Turkey, World, Middle East

14th round of Syria talks discusses latest developments

Turkish Foreign Ministry says meeting in Kazakhstan rejected separatist agendas threatening territorial integrity of Syria

Sena Güler   | 11.12.2019
14th round of Syria talks discusses latest developments


The 14th round of Syria peace talks discussed developments east of Euphrates River and in Idlib de-escalation zone in Syria, according to Turkey’s Foreign Ministry on Wednesday.  

“The fourteenth round of the high-level meetings on Syria was held on 10-11 December 2019 in Nur-Sultan. Developments on the ground, particularly on the east of the Euphrates and in Idlib as well as the current state of affairs in the political process were discussed in the meeting,” the ministry said in a statement.

It noted that the parties rejected any separatist agendas posing a threat to political unity, territorial integrity of Syria as well as to national security of the neighboring countries.

“They underscored objection to all attempts to create new realities on the ground under the pretext of combating terrorism, including illegitimate self-rule initiatives,” it added.

Opposing the illegal seizure and transfer of oil revenues in the region, the parties emphasized the importance of full implementation of Turkey-Russia deal signed on Oct. 22 to stabilize the situation east of the Euphrates.

On Oct. 9, Turkey launched Operation Peace Spring to eliminate terrorists from northern Syria, east of the Euphrates River in order to secure Turkey’s borders, aid in the safe return of Syrian refugees, and ensure Syria’s territorial integrity.

On Oct. 22, Turkish President Recep Tayyip Erdogan and his Russian counterpart Vladimir Putin signed a deal under which YPG/PKK terrorists will pull back 30 kilometers (18.6 miles) south of Turkey’s border with northern Syria, and security forces from Turkey and Russia will conduct joint patrols 10 km (6.2 miles) from the Turkish border.

“The parties have reiterated their commitment in re-establishing calm in [northwestern] Idlib and in preserving the de-escalation status of the area,” the ministry said, adding that they were also concerned for the civilian casualties by the recently increased attacks in the area.

“They agreed to intensify efforts in order to ensure the security of civilians and the military personnel of the guarantor states. Turkey has expressed concern for regime’s targeting of civilians and civilian infrastructure and has stressed its expectation that these attacks must cease immediately,” it added. 

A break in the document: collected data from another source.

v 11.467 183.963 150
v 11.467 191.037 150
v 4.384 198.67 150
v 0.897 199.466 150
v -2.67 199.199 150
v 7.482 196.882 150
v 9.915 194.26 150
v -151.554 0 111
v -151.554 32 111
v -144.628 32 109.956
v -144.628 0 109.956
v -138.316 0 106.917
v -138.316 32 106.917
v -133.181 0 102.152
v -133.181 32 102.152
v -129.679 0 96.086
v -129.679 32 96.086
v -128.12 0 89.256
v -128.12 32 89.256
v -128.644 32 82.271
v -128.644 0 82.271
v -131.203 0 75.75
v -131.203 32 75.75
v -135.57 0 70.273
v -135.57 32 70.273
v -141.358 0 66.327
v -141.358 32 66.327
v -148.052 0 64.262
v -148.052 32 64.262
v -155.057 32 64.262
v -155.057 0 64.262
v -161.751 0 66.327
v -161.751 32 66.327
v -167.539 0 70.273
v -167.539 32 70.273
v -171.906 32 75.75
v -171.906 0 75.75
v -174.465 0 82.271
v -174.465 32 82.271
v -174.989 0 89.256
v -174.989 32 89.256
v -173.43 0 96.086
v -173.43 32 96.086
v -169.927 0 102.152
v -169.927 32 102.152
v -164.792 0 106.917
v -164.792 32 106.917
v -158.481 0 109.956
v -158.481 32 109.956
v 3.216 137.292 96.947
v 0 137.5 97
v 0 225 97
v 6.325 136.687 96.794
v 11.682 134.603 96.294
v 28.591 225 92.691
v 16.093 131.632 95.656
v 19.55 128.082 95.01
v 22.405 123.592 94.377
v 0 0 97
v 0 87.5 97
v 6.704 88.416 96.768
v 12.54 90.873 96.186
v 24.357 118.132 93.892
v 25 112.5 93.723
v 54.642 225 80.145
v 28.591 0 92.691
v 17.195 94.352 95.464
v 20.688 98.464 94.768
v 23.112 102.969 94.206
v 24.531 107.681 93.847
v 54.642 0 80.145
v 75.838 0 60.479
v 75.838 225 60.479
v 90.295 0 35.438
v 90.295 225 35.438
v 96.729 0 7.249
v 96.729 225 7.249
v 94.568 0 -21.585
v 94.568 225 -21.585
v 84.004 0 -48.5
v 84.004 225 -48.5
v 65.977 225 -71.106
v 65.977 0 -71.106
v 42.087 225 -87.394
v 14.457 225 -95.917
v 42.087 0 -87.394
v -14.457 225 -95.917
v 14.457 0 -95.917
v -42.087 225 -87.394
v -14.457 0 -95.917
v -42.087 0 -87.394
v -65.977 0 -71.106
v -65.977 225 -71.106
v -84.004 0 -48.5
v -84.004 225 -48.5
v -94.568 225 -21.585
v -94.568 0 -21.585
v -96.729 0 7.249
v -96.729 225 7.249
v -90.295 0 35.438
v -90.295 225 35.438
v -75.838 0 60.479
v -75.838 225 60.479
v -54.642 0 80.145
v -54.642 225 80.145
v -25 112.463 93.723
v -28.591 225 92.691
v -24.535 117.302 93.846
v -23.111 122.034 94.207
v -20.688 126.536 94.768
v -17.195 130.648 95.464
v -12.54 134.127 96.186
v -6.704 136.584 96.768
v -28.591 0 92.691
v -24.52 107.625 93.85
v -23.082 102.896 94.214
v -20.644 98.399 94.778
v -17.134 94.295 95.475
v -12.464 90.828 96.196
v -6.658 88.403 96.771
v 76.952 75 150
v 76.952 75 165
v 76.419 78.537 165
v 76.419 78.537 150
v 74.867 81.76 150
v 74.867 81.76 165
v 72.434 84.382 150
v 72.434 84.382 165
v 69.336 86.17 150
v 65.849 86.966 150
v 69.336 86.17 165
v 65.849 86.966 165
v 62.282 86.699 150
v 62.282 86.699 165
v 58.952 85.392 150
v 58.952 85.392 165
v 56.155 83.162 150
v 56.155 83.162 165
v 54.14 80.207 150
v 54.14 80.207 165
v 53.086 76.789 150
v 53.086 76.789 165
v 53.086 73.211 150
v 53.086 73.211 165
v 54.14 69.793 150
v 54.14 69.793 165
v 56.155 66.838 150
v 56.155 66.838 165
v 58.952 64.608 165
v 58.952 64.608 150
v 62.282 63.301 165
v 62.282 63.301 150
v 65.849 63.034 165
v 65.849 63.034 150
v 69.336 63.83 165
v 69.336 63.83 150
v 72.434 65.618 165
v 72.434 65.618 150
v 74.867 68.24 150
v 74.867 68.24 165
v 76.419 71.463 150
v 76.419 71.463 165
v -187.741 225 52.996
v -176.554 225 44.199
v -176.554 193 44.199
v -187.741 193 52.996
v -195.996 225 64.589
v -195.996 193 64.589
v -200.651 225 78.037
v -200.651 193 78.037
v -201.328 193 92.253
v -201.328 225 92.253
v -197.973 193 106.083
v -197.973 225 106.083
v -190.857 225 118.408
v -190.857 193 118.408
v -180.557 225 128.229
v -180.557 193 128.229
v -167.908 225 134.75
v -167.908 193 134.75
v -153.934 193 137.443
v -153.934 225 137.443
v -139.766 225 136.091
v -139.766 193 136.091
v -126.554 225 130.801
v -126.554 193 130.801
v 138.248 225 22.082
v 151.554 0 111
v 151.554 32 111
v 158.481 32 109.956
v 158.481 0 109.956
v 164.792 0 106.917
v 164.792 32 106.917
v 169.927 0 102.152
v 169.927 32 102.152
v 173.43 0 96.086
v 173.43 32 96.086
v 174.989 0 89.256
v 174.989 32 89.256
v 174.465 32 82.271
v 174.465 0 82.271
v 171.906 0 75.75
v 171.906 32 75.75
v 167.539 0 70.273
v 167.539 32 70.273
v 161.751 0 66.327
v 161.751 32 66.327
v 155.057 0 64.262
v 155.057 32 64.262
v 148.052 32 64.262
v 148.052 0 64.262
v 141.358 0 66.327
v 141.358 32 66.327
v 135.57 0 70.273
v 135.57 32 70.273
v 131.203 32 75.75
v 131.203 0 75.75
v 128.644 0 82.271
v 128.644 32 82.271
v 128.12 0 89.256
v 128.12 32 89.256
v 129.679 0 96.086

Syrian Constitutional Committee   

Expressing satisfaction on the convening of the Constitutional Committee in Geneva, the parties reiterated continued support for its sustainability.

The Syrian Constitutional Committee -- comprising opposition, civil society, and regime members -- began its work on Nov. 20 in Geneva with the UN facilitation.

The committee is mandated within the context of a UN-facilitated Geneva process, to prepare and draft for popular approval of constitutional reforms paving the way for a political settlement in Syria.

On Nov. 25, the Assad regime delegation left the talks on the first day of the second round. 

“Turkey has confirmed its support to the ongoing efforts to further the political process, in close coordination with the Syrian opposition and the United Nations. Turkey underscored the expectation from the Astana guarantors to ensure constructive stance by the regime for the functioning of the Constitutional Committee in accordance with its mandate agreed by the Syrian parties,” the ministry said.

It added that the Working Group on the Release of Detainees/Abductees, Handover of Bodies and Identification of Missing Persons also gathered on the sidelines of the meeting and that Turkey expected respect for the Working Group’s work in future operations. 

Idlib deal   

The first meeting in the Astana format for reaching a cease-fire in Syria was held in January 2017.

After a Sept. 17, 2018 meeting in Sochi between Turkish President Recep Tayyip Erdogan and his Russian counterpart Vladimir Putin, the two sides agreed to set up a demilitarized zone -- in which acts of aggression are expressly prohibited -- in Idlib.

Under the deal, opposition groups in Idlib will remain in areas where they are already present, while Russia and Turkey will carry out joint patrols in the area to prevent a resumption of fighting.

On Oct. 10, the Turkish Defense Ministry announced that the Syrian opposition and other anti-regime groups had completed the withdrawal of heavy weapons from the Idlib demilitarized zone.

Despite the cease-fire agreement, the Assad regime and its allies have continued their low-intensity attacks on Idlib’s de-escalation zone.

The conflict in Syria began in 2011 when the Assad regime cracked down on demonstrators with unexpected ferocity.